I've always really liked Spock though (and to an extent the vulcans, they're kind of like space elves though and I do like elves haha) but especially Spock because he's half human and half Vulcan and that's cool. Also the 2009 movie was awesome (haven't seen into darkness yet) 

Oh and there's Data and Patrick Stewart's voice makes anything awesome (in the next Generation.)

I'm just not keen on thing's being mostly set on a space ship though (I prefer planet side stuff), and certain parts of it are cheesy and I don't like all the actors that are in the series'. 

So definitely Star Wars overall but yeah, Star Trek has its place. I'm hoping the new movies will be good, ironically they are being directed by JJ Abrams (who also directed the New Star Treks.) So I have high hopes for them, regardless of what the hardcore fans say. If he could direct decent Star Trek movies when he claimed he did not like Star Trek then I'm sure he'll do just fine with Star Wars (which I think he said somewhere he liked? I dunno? Maybe he doesn't like Star Wars either, I can't remember what I read now lol.)

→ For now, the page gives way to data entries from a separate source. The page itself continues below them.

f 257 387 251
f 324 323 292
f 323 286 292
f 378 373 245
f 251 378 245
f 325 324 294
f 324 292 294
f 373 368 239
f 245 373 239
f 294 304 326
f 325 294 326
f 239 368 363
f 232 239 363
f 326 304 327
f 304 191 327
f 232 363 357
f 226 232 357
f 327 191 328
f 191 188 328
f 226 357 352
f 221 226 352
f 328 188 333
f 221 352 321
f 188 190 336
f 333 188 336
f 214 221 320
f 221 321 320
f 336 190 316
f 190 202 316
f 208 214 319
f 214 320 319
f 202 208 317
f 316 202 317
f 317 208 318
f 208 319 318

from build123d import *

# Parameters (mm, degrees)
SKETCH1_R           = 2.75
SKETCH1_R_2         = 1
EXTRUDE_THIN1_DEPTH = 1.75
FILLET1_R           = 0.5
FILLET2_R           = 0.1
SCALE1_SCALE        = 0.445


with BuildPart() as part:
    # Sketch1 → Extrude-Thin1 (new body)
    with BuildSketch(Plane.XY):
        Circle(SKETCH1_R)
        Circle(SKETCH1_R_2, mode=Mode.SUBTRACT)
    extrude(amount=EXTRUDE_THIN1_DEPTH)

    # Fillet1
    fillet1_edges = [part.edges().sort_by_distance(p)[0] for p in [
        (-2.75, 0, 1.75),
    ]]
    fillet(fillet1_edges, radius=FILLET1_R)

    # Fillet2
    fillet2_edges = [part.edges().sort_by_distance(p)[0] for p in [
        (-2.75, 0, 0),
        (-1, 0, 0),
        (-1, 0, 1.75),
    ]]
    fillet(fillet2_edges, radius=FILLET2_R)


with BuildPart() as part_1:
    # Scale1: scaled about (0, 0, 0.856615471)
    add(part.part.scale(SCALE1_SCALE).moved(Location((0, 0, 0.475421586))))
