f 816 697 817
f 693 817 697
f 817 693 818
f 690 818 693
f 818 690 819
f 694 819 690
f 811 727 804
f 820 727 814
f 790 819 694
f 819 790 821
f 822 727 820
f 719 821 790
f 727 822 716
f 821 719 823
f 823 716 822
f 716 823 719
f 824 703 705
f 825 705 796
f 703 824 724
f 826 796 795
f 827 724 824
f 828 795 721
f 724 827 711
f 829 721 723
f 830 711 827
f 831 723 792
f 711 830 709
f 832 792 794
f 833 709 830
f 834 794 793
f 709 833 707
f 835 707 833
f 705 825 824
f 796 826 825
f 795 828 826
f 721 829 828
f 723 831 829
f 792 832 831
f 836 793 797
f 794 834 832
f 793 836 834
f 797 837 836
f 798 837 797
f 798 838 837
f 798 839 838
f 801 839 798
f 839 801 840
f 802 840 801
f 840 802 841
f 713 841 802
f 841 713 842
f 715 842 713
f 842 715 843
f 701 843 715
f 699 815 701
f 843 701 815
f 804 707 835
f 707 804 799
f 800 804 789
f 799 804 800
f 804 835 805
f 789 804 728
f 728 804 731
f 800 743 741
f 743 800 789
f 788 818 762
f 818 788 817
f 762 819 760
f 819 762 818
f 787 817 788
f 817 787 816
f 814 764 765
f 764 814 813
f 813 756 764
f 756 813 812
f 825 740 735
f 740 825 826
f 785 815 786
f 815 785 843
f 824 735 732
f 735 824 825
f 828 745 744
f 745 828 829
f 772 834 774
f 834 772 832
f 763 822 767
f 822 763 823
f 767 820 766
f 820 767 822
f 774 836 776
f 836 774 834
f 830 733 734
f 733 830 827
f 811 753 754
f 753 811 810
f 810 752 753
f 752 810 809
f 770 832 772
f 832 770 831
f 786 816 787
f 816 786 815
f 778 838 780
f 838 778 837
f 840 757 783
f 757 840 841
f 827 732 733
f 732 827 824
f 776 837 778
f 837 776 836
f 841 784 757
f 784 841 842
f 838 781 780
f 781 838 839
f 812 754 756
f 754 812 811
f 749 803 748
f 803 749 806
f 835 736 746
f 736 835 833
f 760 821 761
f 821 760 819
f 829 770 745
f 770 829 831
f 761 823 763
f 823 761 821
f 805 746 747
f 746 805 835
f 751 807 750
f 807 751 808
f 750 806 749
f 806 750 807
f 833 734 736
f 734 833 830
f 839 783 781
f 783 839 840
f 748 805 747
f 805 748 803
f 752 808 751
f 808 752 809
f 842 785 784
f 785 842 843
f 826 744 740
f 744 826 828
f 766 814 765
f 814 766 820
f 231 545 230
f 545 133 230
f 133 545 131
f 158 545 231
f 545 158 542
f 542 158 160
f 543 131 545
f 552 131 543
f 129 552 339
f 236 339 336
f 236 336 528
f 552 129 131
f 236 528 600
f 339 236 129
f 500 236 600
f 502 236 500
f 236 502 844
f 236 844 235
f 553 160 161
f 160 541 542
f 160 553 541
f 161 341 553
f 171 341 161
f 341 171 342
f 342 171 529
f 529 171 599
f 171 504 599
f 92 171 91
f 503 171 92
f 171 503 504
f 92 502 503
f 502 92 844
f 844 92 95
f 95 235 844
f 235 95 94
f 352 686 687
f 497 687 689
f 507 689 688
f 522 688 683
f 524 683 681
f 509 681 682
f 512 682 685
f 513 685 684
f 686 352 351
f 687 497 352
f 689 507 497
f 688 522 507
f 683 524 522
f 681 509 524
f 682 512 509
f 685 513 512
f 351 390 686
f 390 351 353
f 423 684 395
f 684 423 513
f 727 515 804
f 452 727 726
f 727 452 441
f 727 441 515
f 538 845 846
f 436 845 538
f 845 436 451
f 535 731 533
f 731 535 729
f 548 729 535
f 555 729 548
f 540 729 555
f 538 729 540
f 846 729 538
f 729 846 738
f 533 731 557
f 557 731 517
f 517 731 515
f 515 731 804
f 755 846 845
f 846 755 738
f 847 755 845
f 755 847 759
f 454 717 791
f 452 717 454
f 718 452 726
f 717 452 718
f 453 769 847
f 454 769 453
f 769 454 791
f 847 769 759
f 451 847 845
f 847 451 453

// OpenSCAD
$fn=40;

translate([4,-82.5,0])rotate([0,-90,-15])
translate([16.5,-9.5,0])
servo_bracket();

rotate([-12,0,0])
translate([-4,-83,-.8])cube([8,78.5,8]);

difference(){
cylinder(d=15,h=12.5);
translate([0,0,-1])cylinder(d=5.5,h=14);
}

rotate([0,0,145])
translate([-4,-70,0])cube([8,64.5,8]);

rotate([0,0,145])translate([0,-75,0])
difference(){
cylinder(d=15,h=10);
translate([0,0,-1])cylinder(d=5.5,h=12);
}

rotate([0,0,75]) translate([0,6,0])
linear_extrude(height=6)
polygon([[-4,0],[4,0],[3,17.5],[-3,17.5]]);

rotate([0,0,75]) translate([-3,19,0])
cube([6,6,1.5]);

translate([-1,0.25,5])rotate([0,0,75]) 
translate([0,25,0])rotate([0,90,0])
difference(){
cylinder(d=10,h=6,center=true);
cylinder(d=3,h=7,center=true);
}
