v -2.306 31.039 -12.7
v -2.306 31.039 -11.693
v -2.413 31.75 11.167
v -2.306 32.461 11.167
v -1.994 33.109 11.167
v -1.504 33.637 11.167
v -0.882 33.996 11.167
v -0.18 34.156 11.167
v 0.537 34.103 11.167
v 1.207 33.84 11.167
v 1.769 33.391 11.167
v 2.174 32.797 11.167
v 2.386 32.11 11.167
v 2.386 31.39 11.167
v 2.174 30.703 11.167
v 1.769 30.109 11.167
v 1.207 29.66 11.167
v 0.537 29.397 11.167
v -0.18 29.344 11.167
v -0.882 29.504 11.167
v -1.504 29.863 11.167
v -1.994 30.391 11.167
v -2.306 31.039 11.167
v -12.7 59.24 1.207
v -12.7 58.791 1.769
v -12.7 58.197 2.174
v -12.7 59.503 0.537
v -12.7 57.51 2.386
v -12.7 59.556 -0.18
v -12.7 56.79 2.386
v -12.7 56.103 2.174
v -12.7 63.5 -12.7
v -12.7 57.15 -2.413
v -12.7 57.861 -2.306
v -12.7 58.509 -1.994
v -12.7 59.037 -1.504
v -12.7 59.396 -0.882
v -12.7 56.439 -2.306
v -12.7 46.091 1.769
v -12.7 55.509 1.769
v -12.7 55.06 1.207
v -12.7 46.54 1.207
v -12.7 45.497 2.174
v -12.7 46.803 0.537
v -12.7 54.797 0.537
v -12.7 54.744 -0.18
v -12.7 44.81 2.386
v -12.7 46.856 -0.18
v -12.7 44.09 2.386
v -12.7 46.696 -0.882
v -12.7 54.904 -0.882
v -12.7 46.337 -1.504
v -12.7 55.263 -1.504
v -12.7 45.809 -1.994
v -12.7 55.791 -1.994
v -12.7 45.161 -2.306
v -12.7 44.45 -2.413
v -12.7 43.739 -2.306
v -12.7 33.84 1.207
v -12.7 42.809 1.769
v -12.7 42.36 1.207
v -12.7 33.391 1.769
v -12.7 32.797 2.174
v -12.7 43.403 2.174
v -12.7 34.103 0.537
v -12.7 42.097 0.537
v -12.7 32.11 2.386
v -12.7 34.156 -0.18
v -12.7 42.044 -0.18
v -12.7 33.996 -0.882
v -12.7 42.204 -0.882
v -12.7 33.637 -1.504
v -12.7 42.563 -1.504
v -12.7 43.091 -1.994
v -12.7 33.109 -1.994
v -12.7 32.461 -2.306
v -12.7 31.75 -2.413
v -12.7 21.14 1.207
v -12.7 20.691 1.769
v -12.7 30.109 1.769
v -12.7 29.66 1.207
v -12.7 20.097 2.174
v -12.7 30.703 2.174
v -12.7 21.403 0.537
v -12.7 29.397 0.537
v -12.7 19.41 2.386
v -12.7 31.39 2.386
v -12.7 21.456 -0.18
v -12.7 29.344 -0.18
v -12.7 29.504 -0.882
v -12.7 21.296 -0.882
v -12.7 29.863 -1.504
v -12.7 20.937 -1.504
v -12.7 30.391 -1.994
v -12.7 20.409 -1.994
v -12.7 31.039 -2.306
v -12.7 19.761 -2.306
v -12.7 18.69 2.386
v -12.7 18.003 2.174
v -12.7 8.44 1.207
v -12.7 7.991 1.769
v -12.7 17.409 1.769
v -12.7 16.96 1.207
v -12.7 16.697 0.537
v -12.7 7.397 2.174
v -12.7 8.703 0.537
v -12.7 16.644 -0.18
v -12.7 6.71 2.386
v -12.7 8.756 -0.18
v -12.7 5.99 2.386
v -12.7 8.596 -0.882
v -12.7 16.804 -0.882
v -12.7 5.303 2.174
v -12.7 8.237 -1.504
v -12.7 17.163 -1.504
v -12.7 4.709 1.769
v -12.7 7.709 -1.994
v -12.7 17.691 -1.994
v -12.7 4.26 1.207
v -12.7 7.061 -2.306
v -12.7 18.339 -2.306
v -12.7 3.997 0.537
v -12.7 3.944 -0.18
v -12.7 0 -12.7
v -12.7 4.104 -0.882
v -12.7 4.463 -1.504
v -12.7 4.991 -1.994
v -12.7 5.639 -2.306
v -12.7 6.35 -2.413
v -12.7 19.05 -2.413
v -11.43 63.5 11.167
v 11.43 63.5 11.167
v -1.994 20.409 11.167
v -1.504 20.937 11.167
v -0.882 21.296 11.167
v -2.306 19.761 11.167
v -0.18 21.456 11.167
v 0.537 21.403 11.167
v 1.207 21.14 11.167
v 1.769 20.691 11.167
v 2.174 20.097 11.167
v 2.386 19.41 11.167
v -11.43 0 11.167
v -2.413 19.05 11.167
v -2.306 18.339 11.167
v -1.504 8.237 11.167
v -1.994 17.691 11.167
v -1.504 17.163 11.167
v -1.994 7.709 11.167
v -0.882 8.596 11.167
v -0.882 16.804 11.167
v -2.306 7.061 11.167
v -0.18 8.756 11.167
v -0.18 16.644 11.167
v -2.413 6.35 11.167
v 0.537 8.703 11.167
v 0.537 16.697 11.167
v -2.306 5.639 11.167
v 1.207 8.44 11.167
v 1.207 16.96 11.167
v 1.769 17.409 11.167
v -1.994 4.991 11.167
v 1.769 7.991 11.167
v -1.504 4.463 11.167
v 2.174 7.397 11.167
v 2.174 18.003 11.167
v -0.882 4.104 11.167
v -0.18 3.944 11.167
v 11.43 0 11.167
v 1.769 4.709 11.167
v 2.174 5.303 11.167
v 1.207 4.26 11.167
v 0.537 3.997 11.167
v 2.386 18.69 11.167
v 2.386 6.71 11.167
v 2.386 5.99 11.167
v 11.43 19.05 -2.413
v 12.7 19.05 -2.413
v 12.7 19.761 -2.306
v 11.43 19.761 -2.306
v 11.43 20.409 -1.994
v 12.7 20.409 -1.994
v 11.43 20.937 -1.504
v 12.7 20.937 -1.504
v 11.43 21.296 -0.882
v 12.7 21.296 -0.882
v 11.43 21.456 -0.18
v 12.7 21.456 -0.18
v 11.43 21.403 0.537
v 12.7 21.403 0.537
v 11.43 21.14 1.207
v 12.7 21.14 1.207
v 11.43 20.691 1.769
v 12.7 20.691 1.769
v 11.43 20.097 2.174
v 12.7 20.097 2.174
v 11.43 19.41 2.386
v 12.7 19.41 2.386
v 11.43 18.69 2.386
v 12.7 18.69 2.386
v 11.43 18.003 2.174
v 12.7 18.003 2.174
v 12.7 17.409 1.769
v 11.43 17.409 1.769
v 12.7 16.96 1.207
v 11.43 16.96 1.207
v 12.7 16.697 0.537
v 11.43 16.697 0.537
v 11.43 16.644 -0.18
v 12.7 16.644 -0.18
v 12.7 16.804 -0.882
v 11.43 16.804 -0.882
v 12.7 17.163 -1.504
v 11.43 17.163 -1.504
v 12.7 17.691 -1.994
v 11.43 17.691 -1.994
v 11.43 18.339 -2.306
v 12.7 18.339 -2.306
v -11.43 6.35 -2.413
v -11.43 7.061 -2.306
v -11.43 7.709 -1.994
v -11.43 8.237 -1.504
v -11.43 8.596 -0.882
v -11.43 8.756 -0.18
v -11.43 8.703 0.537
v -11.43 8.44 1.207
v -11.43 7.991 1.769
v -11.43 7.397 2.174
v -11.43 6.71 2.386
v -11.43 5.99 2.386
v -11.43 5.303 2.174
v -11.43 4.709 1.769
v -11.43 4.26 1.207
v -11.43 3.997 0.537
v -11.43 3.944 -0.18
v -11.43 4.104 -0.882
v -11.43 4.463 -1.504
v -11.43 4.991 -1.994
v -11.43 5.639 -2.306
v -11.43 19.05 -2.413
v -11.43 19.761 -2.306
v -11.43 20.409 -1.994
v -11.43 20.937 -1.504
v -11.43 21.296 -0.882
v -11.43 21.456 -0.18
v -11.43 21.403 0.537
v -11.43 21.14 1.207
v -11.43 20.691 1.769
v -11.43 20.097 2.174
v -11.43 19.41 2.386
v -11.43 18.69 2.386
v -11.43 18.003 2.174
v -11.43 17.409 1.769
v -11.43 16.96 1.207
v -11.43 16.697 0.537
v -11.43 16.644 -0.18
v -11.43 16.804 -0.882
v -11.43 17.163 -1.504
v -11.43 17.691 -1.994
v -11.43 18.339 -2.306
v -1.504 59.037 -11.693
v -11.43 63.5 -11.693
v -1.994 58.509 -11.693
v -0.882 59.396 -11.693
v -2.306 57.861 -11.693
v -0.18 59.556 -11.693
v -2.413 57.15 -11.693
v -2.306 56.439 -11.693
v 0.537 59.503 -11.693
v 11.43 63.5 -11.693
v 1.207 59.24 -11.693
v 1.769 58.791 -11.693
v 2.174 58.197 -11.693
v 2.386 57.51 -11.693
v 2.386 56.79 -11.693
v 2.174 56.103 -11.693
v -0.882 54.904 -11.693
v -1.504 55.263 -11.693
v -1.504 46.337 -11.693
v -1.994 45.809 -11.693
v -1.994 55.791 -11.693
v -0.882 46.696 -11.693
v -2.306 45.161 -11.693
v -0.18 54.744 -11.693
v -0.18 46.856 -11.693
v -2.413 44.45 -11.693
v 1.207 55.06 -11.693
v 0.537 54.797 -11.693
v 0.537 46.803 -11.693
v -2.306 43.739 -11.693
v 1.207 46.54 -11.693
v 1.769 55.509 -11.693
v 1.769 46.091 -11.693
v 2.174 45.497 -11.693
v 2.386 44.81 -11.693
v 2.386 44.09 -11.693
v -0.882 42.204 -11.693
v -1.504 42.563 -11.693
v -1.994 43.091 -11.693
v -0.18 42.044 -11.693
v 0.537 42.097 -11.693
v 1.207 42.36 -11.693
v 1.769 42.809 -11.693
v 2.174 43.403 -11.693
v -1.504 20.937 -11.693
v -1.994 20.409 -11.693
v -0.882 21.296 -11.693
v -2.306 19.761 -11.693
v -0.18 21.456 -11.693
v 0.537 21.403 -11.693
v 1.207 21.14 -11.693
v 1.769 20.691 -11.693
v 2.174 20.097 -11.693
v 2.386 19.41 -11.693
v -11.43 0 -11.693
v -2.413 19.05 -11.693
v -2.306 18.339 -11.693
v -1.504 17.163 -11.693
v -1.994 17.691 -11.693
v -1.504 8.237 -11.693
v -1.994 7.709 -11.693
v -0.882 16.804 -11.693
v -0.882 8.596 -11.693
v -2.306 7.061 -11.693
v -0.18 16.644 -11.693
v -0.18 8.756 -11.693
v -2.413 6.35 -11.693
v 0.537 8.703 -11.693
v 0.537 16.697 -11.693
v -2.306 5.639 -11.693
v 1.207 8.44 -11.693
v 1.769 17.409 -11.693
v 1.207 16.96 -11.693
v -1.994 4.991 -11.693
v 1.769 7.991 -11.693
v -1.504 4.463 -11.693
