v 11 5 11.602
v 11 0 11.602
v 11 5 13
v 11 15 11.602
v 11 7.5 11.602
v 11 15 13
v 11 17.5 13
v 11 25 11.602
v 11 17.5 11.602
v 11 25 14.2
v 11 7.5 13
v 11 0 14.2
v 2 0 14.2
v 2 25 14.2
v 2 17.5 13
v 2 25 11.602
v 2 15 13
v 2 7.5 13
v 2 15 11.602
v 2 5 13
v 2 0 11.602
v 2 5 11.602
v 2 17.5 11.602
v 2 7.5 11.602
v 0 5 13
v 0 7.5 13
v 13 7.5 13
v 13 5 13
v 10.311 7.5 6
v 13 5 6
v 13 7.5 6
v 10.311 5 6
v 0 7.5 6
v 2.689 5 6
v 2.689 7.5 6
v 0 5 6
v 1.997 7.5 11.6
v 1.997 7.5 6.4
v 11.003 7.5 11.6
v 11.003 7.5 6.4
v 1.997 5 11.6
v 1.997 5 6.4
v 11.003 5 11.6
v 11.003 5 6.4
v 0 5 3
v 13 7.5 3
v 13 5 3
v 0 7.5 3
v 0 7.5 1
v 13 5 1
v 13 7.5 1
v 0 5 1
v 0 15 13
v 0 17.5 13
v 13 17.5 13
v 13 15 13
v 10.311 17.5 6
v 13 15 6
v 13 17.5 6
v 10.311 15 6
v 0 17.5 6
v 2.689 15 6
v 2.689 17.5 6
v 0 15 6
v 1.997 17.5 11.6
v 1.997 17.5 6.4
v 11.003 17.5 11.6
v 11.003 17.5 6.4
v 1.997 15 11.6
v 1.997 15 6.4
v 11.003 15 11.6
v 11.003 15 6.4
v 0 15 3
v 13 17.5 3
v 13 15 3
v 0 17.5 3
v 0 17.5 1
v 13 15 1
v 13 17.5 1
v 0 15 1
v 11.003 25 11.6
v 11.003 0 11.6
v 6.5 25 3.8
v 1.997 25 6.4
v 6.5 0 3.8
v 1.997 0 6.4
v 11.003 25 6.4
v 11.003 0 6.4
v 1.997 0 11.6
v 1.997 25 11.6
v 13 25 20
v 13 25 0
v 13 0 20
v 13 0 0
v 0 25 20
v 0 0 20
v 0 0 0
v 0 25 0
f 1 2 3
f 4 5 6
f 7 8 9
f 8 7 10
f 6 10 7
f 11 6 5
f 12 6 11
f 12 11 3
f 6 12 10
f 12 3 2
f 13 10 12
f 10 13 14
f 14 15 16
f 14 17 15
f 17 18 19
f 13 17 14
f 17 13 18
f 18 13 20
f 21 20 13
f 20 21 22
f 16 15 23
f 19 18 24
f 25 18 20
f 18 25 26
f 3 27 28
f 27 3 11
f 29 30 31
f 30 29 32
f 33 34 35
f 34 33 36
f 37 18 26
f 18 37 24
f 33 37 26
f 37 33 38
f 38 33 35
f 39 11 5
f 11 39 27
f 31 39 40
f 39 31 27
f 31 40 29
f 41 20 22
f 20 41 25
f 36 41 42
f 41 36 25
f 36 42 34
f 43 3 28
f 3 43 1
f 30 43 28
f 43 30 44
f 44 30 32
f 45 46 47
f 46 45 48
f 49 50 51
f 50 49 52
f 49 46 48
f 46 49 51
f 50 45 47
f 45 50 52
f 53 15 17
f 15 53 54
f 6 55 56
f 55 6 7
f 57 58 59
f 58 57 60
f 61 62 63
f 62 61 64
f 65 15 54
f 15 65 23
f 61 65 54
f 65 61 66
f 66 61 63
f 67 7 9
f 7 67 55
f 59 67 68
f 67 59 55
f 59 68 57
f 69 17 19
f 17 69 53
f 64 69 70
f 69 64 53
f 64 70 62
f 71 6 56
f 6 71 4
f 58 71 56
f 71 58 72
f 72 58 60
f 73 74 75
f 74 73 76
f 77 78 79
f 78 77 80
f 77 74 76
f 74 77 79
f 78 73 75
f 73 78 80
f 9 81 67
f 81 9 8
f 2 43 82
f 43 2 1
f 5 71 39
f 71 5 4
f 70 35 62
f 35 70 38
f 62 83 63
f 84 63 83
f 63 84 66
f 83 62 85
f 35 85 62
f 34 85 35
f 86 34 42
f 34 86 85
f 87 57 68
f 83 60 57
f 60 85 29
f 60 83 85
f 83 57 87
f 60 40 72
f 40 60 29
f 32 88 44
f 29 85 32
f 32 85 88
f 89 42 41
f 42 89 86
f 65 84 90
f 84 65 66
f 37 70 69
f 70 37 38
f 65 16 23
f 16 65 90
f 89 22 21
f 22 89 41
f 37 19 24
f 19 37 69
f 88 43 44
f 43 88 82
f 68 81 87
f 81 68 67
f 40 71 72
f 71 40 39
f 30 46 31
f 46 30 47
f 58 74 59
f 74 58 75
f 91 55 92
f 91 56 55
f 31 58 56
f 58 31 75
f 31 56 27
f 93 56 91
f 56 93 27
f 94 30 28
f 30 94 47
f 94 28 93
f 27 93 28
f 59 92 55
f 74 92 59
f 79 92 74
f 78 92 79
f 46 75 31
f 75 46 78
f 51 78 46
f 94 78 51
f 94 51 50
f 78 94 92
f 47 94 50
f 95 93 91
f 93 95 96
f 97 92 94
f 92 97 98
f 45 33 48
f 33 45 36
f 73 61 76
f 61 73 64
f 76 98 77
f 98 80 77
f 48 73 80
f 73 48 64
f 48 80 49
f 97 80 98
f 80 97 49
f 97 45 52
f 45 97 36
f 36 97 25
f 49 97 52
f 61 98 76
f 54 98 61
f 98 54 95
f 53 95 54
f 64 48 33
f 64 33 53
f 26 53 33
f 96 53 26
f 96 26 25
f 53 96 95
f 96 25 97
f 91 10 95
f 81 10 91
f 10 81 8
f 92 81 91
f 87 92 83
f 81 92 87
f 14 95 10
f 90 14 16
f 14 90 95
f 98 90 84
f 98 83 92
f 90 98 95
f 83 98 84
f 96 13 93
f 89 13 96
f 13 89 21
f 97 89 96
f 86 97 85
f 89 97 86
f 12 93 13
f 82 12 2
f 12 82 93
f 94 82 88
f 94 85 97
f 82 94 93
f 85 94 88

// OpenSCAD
difference(){cube([13,25,20]);

//rotate([0, -90, 0])
translate([0,0,1]){
translate([2, -1, 8]) cube([9,60,5.2]);
translate([-1, 5, 5]) cube([15,2.5,7]);
translate([-1, 5, 0]) cube([15,2.5,2]);

translate([-1, 15, 5]) cube([15,2.5,7]);
translate([-1, 15, 0]) cube([15,2.5,2]);
translate([6.5, -1, 8]) rotate([-90, 0, 0]) rotate([0, 0, 30])  cylinder(h=70, r=5.2, $fn=6);
translate([6.5, -3, 8]) rotate([-90, 0, 0])  cylinder(h=70, r=4, $fn=30);
}}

Also I think Star Wars is more of a gateway to science fiction, and appeals to fantasy lovers (like me) as (despite not being categorised as such) it really is basically a science fantasy film series. There's nothing wrong with that though, but I can see why fans of hard science fiction would prefer Star Trek (although that's not hard science fiction either haha, but closer to it than Star Wars.)


----------



## Nekomata (Feb 3, 2012)

Star Wars. Darth Vader & General Grievous.. mhmm...
I've never actually seen the original series of Star Trek, only the newer movies (which were awesome btw xD). I've seen a bit of the Next Generation and Voyager, but that's as far as I go x_x so yeah, lots of love for Star Wars~


----------



## Droidsteel (Mar 22, 2012)

Freakin' Star Wars by a lightyear


----------



## Droidsteel (Mar 22, 2012)

Nono441 said:


> Star Trek is far better. Star Wars is *commercialized crap* (and Star Trek is going that way as well, now that they've milked the SW franchise to the ground)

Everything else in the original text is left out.